**Task item**
Nothing below is to be printed except the lines between the line holding "#69=EDGE_LOOP('',(#50,#58,#63,#68));" and the line holding "#86=DIRECTION('',(-1.,0.,0.));", inclusive, each exactly as it appears.

**Data for review**
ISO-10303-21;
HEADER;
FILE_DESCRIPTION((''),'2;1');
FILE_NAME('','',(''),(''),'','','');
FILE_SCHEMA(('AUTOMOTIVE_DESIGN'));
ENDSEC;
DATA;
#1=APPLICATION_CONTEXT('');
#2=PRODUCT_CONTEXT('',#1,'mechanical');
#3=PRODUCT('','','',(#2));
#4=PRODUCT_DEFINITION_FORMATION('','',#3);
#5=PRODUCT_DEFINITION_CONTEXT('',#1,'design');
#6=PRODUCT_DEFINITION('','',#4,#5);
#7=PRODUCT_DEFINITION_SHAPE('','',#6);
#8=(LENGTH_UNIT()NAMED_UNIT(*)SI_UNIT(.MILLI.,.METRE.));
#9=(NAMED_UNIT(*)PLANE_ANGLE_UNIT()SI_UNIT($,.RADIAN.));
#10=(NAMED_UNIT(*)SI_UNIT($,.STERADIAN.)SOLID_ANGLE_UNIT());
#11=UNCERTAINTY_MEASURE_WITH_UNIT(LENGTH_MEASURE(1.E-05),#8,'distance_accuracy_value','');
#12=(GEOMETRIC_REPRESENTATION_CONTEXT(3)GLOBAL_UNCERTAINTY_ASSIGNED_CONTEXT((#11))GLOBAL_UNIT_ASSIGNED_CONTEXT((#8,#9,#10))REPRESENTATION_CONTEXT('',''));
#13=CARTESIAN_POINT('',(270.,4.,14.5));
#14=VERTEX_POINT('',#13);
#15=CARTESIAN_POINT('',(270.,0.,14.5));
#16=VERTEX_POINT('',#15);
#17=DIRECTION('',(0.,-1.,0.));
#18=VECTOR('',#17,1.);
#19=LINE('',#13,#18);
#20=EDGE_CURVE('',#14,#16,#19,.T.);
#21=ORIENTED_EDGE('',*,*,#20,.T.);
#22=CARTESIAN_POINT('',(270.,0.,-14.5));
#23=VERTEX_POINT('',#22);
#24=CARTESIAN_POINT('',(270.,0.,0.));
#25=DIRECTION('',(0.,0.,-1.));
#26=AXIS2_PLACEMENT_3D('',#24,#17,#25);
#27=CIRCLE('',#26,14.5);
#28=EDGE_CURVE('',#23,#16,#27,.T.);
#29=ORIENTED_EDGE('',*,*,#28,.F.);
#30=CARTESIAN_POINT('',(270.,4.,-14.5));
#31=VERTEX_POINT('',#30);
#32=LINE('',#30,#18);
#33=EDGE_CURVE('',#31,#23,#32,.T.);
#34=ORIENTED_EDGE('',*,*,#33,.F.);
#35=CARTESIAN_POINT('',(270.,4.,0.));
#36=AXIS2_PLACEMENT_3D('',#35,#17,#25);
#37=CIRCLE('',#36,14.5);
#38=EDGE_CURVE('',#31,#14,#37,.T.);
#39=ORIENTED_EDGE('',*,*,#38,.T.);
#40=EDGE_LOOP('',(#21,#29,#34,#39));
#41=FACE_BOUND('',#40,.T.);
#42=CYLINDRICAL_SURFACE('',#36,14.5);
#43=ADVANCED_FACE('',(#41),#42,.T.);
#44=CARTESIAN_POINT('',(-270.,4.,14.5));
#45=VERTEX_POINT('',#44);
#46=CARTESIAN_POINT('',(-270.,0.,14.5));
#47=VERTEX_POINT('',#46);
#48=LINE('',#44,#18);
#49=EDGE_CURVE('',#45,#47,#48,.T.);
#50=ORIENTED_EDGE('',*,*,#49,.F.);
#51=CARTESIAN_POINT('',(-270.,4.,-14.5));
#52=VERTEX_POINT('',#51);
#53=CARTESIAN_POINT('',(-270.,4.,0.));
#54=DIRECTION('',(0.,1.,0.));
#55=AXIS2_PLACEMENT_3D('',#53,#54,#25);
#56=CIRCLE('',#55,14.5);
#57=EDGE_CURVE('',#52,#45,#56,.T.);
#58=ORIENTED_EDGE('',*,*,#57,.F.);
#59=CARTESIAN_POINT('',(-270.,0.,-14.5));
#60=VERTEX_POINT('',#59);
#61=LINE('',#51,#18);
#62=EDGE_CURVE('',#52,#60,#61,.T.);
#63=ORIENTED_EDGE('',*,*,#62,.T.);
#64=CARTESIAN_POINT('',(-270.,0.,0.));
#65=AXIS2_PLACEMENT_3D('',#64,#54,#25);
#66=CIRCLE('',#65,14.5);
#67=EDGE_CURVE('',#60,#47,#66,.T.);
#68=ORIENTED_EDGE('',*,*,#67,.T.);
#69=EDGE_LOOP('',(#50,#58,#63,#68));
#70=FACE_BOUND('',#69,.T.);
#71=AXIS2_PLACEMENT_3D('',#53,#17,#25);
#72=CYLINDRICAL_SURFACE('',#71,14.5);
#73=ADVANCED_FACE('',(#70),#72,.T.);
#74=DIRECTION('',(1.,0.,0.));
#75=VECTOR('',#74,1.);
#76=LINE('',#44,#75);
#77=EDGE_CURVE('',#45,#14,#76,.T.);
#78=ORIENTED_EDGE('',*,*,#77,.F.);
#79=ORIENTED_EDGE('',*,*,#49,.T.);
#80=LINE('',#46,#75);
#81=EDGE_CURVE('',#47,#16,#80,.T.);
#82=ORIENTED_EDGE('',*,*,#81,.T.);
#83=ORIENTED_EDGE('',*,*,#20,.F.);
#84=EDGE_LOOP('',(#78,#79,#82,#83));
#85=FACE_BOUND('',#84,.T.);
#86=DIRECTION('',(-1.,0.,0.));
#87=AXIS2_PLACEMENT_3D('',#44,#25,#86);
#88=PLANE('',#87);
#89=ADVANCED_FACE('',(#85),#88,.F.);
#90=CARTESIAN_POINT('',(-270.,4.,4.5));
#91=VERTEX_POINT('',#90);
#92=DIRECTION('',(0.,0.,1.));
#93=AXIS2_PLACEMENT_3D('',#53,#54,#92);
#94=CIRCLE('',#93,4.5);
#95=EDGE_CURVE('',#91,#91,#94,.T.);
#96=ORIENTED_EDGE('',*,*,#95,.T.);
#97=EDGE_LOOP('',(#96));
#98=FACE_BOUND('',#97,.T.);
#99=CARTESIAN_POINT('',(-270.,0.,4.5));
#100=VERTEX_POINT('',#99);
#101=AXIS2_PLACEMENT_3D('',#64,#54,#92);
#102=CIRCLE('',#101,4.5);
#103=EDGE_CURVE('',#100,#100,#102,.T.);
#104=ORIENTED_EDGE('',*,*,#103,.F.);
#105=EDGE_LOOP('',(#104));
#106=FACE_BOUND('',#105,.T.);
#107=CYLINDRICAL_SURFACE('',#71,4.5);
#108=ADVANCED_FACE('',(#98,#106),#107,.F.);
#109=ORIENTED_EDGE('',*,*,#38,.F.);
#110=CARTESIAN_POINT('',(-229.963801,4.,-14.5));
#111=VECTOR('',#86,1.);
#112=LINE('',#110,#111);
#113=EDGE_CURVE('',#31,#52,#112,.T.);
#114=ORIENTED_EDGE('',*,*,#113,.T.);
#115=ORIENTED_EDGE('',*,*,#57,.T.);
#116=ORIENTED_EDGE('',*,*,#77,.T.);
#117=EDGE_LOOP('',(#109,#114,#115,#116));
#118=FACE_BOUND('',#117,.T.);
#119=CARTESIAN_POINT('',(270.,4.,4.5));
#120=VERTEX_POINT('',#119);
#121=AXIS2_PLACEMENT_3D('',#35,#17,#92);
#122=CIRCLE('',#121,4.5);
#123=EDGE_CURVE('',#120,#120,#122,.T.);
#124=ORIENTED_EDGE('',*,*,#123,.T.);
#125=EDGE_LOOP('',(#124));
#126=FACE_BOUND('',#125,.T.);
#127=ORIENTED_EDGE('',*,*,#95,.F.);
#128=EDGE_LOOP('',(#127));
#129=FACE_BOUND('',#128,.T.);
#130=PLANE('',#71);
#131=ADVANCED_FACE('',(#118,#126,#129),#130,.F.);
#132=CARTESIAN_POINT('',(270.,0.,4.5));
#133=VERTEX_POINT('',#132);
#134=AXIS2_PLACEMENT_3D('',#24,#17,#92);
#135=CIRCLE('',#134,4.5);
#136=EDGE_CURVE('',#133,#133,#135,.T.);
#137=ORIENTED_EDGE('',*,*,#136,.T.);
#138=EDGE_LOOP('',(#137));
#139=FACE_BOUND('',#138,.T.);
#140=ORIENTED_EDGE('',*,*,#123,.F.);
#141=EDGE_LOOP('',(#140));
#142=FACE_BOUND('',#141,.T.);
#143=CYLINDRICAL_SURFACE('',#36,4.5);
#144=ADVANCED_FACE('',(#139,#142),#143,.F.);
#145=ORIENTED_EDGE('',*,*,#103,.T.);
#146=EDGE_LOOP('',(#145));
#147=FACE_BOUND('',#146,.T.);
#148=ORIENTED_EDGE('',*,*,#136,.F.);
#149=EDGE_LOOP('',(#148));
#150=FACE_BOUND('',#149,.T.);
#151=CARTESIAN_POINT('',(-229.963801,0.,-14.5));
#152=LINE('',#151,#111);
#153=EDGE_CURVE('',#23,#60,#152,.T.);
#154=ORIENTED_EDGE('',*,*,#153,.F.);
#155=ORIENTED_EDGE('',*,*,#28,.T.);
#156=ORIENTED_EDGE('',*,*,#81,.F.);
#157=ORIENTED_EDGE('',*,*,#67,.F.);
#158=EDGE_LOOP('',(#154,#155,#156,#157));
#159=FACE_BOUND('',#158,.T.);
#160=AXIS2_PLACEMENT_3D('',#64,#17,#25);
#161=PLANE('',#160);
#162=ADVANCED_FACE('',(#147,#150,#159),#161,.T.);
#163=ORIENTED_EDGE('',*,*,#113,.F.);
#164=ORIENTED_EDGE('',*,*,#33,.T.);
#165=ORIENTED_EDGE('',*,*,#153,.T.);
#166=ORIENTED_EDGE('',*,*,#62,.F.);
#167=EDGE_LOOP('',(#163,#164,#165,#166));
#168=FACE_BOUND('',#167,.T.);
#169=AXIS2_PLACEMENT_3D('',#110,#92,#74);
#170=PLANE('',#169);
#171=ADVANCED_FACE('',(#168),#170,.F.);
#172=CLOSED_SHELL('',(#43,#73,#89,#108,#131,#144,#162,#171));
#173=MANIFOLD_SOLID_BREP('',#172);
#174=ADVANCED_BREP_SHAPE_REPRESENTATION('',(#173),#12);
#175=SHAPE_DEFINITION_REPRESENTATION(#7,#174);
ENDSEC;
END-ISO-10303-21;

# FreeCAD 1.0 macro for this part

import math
import FreeCAD as App
import Part
import Sketcher
Q = App.Units.Quantity


def add_polygon(sketch, points):
    """Adds a closed chain of lines whose ends are joined by coincident constraints."""
    first, n = sketch.GeometryCount, len(points)
    for a, b in zip(points, points[1:] + points[:1]):
        sketch.addGeometry(Part.LineSegment(App.Vector(*a, 0), App.Vector(*b, 0)), False)
    for i in range(n):
        sketch.addConstraint(Sketcher.Constraint("Coincident", first + i, 2, first + (i + 1) % n, 1))

doc = App.newDocument("Part")
body = doc.addObject("PartDesign::Body", "Body")

# Sketch on XZ plane
sketch1 = doc.addObject("Sketcher::SketchObject", "Sketch")
body.addObject(sketch1)
sketch1.AttachmentSupport = (doc.XZ_Plane, [""])
sketch1.MapMode = "FlatFace"
sketch1.addGeometry([
    Part.LineSegment(App.Vector(-270, 14.5, 0), App.Vector(0, 14.5, 0)),  # 0
    Part.LineSegment(App.Vector(0, 14.5, 0), App.Vector(0, -340, 0)),  # 1
    Part.LineSegment(App.Vector(0, -340, 0), App.Vector(-175.463801, -340, 0)),  # 2
    Part.ArcOfCircle(Part.Circle(App.Vector(-175.463801, -325.5, 0), App.Vector(0, 0, 1), 14.5), math.radians(-180), math.radians(-90)),  # 3
    Part.LineSegment(App.Vector(-189.963801, -325.5, 0), App.Vector(-189.963801, -225.606591, 0)),  # 4
    Part.ArcOfCircle(Part.Circle(App.Vector(-189.963801, -210.606591, 0), App.Vector(0, 0, 1), 15), math.radians(90), math.radians(270)),  # 5
    Part.LineSegment(App.Vector(-189.963801, -195.606591, 0), App.Vector(-189.963801, -54.5, 0)),  # 6
    Part.LineSegment(App.Vector(-189.963801, -54.5, 0), App.Vector(-229.963801, -14.5, 0)),  # 7
    Part.LineSegment(App.Vector(-229.963801, -14.5, 0), App.Vector(-270, -14.5, 0)),  # 8
    Part.ArcOfCircle(Part.Circle(App.Vector(-270, 0, 0), App.Vector(0, 0, 1), 14.5), math.radians(90), math.radians(270)),  # 9
    Part.Circle(App.Vector(-270, 0, 0), App.Vector(0, 0, 1), 4.5),  # 10
    Part.Circle(App.Vector(-199.713801, -210.606591, 0), App.Vector(0, 0, 1), 1.75),  # 11
    Part.Circle(App.Vector(-189.963801, -200.806591, 0), App.Vector(0, 0, 1), 1.75),  # 12
    Part.Circle(App.Vector(-189.963801, -210.606591, 0), App.Vector(0, 0, 1), 6.5),  # 13
    Part.Circle(App.Vector(-189.963801, -220.406591, 0), App.Vector(0, 0, 1), 1.75),  # 14
    Part.Circle(App.Vector(-180.213801, -210.606591, 0), App.Vector(0, 0, 1), 1.75),  # 15
    Part.Circle(App.Vector(-175.463801, -325.5, 0), App.Vector(0, 0, 1), 4.5),  # 16
], False)
sketch1.addConstraint([
    Sketcher.Constraint("Coincident", 0, 2, 1, 1),
    Sketcher.Constraint("Coincident", 1, 2, 2, 1),
    Sketcher.Constraint("Tangent", 2, 2, 3, 2),
    Sketcher.Constraint("Tangent", 3, 1, 4, 1),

**Result of the exercise**
#69=EDGE_LOOP('',(#50,#58,#63,#68));
#70=FACE_BOUND('',#69,.T.);
#71=AXIS2_PLACEMENT_3D('',#53,#17,#25);
#72=CYLINDRICAL_SURFACE('',#71,14.5);
#73=ADVANCED_FACE('',(#70),#72,.T.);
#74=DIRECTION('',(1.,0.,0.));
#75=VECTOR('',#74,1.);
#76=LINE('',#44,#75);
#77=EDGE_CURVE('',#45,#14,#76,.T.);
#78=ORIENTED_EDGE('',*,*,#77,.F.);
#79=ORIENTED_EDGE('',*,*,#49,.T.);
#80=LINE('',#46,#75);
#81=EDGE_CURVE('',#47,#16,#80,.T.);
#82=ORIENTED_EDGE('',*,*,#81,.T.);
#83=ORIENTED_EDGE('',*,*,#20,.F.);
#84=EDGE_LOOP('',(#78,#79,#82,#83));
#85=FACE_BOUND('',#84,.T.);
#86=DIRECTION('',(-1.,0.,0.));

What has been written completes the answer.